CONAKRY-Une plainte vient d’être annoncée contre l’actuel directeur général de la caisse nationale de sécurité sociale (CNSS) suite à sa dernière sortie au siège du RPG où il a annoncé avoir recruté 3000 jeunes pour la défense de son institution. Malick Sankhon est dans le collimateur d’Ousmane Gaoual Diallo, député de l’opposition.

Dans un entretien exclusif accordé à notre rédaction ce lundi 16 octobre, le conseiller politique de Cellou Dalein Diallo, a déclaré que les propos tenus par M. Sankhon ne resteront pas sans conséquences judicaires.

« Je rentre en Guinée demain, et dès mon arrivée, je déposerais une plainte contre Malick Sanhon et je vais me constituer partie civile pour cela », a annoncé l’élu uninominal de l’UFDG dans la circonscription de Gaoual.

Il considère que ce n’est pas normal dans un pays, quelqu’un revendique et assume avoir recruté les chevaliers de la République qui, selon Ousmane Gaoual, ont causé des dégâts humains importants dans les rangs de l’opposition. « Ils ont assassiné des gens, ils ont blessé et handicapé d’autres à vie.
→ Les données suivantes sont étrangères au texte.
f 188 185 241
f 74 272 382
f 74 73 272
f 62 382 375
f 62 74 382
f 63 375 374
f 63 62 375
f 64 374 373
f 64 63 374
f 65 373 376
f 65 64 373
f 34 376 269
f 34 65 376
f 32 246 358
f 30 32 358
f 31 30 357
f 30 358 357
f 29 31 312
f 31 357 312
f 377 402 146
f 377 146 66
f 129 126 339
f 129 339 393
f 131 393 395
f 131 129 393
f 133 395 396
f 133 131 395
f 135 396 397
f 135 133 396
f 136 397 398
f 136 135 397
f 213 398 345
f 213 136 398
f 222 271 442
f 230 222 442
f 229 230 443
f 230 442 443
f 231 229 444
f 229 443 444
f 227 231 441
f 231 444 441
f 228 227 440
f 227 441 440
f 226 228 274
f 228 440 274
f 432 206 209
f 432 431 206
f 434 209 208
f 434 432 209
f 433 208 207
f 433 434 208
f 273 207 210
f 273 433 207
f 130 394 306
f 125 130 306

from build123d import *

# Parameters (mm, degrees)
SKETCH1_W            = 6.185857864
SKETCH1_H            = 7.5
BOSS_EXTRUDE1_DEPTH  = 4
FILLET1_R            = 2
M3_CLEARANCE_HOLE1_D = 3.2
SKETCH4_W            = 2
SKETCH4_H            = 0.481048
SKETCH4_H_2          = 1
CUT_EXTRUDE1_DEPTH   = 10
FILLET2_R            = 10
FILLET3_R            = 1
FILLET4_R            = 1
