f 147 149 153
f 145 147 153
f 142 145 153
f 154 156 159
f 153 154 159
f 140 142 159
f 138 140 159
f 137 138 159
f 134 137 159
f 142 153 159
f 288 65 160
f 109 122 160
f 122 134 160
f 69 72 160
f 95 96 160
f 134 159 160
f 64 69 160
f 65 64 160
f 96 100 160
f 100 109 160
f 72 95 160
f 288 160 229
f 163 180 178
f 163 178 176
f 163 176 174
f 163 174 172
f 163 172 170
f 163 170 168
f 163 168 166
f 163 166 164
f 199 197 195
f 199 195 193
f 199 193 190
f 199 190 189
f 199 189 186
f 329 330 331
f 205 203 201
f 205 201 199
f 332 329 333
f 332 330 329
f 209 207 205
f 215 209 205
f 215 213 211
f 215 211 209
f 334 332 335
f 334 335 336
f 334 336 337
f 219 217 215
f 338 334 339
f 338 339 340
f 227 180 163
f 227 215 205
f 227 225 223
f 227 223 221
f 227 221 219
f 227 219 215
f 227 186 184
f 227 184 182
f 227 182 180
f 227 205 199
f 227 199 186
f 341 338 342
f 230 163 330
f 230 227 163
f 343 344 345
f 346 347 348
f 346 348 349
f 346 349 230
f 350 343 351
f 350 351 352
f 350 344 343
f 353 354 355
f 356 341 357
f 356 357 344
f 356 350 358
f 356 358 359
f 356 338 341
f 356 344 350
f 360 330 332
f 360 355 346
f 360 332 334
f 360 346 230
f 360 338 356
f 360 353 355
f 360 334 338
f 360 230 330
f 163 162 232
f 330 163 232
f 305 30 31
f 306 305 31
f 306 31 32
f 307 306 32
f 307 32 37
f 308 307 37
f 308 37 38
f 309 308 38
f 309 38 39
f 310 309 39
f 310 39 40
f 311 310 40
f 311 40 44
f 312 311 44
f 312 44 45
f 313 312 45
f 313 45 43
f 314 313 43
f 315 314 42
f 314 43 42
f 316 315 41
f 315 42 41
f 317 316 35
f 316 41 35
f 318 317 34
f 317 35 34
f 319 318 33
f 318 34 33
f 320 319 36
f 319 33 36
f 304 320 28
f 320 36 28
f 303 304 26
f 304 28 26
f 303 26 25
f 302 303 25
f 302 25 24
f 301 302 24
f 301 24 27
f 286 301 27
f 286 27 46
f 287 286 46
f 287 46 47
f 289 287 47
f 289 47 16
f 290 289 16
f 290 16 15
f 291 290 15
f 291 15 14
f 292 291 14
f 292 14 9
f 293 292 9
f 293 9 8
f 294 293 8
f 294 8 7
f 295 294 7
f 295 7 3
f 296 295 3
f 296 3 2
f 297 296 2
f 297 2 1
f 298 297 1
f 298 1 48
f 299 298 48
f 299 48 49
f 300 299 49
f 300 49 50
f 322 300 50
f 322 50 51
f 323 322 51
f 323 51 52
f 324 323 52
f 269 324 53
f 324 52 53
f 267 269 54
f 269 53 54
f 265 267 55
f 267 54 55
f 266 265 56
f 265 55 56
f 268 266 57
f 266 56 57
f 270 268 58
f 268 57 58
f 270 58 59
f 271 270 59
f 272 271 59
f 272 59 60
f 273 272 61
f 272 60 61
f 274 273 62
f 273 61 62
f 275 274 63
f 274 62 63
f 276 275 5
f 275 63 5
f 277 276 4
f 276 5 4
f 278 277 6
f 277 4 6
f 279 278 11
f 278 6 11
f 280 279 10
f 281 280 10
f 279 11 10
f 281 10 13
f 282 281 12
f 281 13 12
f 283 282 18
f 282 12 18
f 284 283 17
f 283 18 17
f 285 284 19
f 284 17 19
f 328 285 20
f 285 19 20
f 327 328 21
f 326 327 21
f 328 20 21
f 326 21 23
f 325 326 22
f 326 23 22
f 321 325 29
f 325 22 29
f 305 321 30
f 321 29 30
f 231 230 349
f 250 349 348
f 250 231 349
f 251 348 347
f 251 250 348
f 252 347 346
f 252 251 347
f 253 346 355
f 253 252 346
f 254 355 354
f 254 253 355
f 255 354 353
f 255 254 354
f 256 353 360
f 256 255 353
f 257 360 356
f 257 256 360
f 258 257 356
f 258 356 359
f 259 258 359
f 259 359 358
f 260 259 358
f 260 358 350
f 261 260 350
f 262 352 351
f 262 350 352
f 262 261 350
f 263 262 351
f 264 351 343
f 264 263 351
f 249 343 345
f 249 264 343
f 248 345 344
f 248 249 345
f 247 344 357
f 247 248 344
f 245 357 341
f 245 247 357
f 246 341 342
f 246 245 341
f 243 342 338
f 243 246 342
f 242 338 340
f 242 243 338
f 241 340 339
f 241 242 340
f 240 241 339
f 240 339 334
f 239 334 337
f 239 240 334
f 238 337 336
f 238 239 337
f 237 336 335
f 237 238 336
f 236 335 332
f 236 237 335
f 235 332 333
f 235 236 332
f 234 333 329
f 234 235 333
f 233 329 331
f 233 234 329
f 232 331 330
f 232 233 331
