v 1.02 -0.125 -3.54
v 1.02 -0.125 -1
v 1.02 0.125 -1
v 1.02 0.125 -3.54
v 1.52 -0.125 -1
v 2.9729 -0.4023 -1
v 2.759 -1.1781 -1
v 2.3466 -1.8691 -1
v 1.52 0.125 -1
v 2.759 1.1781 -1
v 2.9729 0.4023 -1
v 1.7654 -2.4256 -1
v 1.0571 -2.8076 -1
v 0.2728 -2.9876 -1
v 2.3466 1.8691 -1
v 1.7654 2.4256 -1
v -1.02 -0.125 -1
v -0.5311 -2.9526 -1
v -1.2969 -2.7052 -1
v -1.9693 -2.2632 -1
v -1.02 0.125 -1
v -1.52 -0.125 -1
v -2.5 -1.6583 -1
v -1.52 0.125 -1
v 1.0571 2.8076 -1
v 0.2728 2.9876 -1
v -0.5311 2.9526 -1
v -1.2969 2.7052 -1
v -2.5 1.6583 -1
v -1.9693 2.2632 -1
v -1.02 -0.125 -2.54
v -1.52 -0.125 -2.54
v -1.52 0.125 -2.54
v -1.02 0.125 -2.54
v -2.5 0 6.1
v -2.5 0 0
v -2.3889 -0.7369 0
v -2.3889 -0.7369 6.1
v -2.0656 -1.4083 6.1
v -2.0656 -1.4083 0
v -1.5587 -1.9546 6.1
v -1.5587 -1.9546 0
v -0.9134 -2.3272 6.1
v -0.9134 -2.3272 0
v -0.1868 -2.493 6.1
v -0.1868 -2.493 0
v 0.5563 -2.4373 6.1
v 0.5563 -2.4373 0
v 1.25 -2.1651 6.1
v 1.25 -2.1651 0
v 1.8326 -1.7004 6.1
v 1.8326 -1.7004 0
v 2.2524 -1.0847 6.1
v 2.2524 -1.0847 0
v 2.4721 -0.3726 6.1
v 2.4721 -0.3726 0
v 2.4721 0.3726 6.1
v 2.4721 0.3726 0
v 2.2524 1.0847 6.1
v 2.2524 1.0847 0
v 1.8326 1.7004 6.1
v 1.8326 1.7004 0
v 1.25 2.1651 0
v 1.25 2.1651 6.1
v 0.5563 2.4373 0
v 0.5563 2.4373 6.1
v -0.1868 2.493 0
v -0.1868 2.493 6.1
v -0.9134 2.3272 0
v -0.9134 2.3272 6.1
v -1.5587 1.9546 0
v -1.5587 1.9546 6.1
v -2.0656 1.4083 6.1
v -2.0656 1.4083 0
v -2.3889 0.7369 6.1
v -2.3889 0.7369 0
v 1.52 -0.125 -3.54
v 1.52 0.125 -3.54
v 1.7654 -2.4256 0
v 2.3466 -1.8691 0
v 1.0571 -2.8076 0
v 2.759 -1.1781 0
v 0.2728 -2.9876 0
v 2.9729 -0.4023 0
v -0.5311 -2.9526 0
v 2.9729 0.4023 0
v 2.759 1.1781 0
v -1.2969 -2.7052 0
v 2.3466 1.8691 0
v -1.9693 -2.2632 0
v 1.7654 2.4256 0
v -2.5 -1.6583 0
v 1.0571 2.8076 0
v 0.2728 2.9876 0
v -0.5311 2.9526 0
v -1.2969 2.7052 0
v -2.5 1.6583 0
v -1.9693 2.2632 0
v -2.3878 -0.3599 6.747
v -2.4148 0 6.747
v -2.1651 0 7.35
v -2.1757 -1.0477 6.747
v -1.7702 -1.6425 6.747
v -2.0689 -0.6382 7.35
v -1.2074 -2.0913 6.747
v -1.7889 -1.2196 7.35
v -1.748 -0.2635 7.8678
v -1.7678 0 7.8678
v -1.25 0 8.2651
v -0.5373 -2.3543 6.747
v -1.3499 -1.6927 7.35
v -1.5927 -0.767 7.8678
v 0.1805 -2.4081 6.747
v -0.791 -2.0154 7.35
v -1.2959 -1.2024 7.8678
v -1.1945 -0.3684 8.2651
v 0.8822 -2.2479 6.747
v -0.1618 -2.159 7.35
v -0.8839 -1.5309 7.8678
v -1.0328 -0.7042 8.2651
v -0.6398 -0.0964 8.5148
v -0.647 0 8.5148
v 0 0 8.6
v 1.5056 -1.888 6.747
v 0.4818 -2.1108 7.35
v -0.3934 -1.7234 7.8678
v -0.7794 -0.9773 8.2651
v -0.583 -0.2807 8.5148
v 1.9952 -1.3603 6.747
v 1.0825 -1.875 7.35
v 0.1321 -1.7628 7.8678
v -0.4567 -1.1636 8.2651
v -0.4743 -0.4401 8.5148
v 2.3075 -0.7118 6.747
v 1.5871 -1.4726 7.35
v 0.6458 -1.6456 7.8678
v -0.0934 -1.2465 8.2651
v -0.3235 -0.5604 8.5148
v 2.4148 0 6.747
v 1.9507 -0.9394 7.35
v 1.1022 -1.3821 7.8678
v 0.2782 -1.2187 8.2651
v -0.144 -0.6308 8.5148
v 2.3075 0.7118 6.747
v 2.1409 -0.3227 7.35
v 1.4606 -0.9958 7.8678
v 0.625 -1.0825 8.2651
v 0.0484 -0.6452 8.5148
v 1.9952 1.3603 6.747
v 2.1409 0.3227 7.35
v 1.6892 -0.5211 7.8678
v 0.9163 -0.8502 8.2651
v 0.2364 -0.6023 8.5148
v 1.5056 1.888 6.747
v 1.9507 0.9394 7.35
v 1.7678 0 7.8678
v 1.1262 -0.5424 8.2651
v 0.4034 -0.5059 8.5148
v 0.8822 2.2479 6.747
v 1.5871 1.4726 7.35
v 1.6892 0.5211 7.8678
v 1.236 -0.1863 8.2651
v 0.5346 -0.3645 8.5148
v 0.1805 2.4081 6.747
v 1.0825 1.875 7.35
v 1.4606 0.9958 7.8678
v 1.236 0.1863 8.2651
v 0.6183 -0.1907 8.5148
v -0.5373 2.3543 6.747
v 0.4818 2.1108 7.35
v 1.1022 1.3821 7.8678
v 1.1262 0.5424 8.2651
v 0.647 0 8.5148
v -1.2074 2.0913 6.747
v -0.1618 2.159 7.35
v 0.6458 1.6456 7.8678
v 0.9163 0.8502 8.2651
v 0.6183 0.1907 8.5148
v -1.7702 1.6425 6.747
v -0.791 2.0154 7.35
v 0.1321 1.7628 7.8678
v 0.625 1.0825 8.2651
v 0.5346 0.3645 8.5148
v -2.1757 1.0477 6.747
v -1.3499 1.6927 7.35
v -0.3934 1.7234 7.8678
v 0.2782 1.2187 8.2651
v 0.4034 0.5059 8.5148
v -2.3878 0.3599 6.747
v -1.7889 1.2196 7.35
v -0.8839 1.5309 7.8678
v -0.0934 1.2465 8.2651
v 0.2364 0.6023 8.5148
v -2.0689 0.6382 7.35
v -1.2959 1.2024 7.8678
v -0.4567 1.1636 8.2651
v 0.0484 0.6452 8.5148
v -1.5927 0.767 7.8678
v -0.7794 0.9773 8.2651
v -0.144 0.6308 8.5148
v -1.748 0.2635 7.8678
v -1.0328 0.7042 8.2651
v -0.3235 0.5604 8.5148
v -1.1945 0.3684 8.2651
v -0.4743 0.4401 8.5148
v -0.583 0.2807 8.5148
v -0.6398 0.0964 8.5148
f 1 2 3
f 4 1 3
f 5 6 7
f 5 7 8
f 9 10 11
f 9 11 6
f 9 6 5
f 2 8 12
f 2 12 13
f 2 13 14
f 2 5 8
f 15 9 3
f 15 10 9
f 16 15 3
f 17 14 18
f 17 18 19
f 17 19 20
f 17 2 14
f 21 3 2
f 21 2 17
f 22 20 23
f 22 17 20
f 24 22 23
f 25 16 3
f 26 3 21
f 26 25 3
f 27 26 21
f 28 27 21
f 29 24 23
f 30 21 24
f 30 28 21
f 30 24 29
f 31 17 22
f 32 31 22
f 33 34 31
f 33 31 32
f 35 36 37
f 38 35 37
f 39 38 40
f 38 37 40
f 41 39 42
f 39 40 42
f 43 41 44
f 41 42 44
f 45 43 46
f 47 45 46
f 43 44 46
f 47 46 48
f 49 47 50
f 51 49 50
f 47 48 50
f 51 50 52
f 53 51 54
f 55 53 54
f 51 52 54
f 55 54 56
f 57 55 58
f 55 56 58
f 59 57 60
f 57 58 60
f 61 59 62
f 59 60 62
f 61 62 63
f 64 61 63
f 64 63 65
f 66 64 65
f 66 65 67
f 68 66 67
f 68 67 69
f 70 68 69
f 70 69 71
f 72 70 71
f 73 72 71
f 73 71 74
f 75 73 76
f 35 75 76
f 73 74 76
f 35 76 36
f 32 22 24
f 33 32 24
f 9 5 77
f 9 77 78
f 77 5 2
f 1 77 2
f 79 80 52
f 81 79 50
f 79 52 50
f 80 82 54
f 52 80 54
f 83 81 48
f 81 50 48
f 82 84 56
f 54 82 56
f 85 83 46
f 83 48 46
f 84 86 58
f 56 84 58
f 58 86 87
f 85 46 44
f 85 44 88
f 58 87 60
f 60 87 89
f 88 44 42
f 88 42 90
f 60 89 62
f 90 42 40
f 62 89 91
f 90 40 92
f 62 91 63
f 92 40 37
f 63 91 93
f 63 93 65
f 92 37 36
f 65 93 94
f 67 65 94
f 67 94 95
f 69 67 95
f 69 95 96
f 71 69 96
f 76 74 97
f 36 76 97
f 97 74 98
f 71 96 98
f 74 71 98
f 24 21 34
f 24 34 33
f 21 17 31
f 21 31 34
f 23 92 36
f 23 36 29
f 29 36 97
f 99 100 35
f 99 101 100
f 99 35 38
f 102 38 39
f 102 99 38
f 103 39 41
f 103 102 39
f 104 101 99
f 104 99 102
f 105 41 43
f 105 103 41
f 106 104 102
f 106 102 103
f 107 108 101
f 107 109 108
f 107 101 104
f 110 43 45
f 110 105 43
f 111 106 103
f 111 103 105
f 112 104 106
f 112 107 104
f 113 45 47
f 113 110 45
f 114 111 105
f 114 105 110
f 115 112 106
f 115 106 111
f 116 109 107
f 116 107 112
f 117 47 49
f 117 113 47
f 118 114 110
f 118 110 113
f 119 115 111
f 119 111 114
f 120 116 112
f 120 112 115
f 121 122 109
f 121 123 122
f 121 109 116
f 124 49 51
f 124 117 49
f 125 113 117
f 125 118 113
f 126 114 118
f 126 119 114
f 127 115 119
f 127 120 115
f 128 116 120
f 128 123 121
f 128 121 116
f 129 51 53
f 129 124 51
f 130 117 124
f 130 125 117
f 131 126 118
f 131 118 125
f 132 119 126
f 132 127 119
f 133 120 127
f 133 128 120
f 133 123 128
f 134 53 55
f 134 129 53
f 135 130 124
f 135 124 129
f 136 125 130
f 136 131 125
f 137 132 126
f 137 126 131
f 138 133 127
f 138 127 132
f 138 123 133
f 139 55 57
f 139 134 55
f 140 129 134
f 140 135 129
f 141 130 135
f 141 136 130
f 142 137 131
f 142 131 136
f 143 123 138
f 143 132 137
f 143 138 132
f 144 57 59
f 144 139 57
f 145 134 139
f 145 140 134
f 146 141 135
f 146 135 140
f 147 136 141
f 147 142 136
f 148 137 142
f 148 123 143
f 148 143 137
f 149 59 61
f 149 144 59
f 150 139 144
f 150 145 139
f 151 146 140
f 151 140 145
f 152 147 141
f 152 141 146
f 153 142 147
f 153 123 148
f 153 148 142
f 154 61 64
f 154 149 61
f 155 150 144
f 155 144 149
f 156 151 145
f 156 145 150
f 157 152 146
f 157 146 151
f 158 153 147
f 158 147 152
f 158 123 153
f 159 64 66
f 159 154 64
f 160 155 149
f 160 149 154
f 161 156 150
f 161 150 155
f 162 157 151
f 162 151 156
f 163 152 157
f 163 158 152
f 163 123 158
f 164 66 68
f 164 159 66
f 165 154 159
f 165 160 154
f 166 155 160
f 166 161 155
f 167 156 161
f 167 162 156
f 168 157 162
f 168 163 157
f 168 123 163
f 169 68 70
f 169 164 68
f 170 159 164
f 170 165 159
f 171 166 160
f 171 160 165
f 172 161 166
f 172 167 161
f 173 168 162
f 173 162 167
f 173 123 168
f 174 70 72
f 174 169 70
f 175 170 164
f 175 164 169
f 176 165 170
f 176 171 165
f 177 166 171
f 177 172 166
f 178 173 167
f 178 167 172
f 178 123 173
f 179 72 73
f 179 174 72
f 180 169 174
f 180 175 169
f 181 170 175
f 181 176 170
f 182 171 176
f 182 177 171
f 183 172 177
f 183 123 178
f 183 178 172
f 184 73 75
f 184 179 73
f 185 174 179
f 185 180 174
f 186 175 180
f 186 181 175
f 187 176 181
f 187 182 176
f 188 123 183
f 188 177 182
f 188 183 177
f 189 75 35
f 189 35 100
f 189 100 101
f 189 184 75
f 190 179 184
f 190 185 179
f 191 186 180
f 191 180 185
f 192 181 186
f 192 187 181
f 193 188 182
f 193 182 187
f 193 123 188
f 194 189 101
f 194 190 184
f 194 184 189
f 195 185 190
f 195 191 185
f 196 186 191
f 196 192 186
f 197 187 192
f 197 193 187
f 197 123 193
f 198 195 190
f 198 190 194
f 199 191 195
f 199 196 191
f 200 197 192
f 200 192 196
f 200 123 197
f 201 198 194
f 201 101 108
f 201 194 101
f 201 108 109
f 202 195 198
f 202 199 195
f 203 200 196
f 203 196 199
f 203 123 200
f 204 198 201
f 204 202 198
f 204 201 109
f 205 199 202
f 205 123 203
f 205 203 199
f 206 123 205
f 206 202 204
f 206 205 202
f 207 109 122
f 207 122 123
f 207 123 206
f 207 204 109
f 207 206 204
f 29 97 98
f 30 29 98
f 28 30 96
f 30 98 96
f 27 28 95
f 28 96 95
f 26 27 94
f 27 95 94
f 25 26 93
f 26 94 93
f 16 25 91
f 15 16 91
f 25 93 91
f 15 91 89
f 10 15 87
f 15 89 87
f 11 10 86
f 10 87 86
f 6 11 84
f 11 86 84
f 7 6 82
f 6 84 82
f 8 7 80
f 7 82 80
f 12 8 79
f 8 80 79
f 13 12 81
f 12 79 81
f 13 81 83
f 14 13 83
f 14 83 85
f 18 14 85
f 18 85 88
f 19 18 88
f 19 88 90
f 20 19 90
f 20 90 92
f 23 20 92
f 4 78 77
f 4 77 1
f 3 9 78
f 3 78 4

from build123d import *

# Parameters (mm, degrees)
ESBO_O1_R                = 2.5
RESSALTO_EXTRUS_O1_DEPTH = 8.6
RESSALTO_EXTRUS_O2_DEPTH = 1
FILETE1_R                = 2.5
ESBO_O3_W                = 0.5
ESBO_O3_H                = 0.25
RESSALTO_EXTRUS_O3_DEPTH = 2.54
ESBO_O4_W                = 0.935535929
ESBO_O4_H                = 0.753626165
CORTE_EXTRUS_O1_DEPTH    = 1


with BuildPart() as part:
    # Esboço1 → Ressalto-extrusão1 (new body)
    with BuildSketch(Plane.XY):
        with Locations(Location((0, 0, 0), (0, 0, 180))):
            Circle(ESBO_O1_R)
    extrude(amount=RESSALTO_EXTRUS_O1_DEPTH)

    # Esboço2 → Ressalto-extrusão2 (add)
    with BuildSketch(Plane(origin=(0, 0, 0), x_dir=(-1, 0, 0), z_dir=(0, 0, -1))):
        with BuildLine():
            Line((2.5, 0), (2.5, 1.658312395))
            ThreePointArc((2.5, 1.658312395), (-3, 0), (2.5, -1.658312395))
            Line((2.5, -1.658312395), (2.5, 0))
        make_face()
    extrude(amount=RESSALTO_EXTRUS_O2_DEPTH)

    # Filete1
    filete1_edges = [part.edges().sort_by_distance(p)[0] for p in [
        (2.5, 0, 8.6),
    ]]
    fillet(filete1_edges, radius=FILETE1_R)

    # Esboço3 → Ressalto-extrusão3 (add)
    with BuildSketch(Plane(origin=(0, 0, -1), x_dir=(-1, 0, 0), z_dir=(0, 0, -1))):
        with Locations((1.27, 0)):
            Rectangle(ESBO_O3_W, ESBO_O3_H)
        with Locations((-1.27, 0)):
            Rectangle(ESBO_O3_W, ESBO_O3_H)
    extrude(amount=RESSALTO_EXTRUS_O3_DEPTH)

    # Esboço4 → Corte-extrusão1 (cut)
    with BuildSketch(Plane(origin=(0, 0, -3.54), x_dir=(-1, 0, 0), z_dir=(0, 0, -1))):
        with Locations((1.289457258, 0.005956527)):
            Rectangle(ESBO_O4_W, ESBO_O4_H)
    extrude(amount=-CORTE_EXTRUS_O1_DEPTH, mode=Mode.SUBTRACT)


solid = part.part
Que Malick Sankhon assume la paternité de cette organisation c’est un problème », martèle-t-il.

Le Directeur de la caisse nationale de sécurité sociale (CNSS) a annoncé samedi dernier au siège du RPG, la constitution d'une milice de jeunes pour défendre son institution. « Je prends à témoignage le parti : quiconque désormais s’amusera à venir à la Caisse pour troubler la quiétude des travailleurs, c’est moi qui le dis, je vous jure, tu ne sortiras par indemne. Qui que tu sois. Depuis hier (vendredi) j’ai reconstitué 2500 à 3000 jeunes dans Conakry. Quiconque s’amuse à nous provoquer, je vous jure, on lui marchera dessus", a menacé Malick Sankhon. Des propos qui révoltent Ousmane Gaoual Diallo.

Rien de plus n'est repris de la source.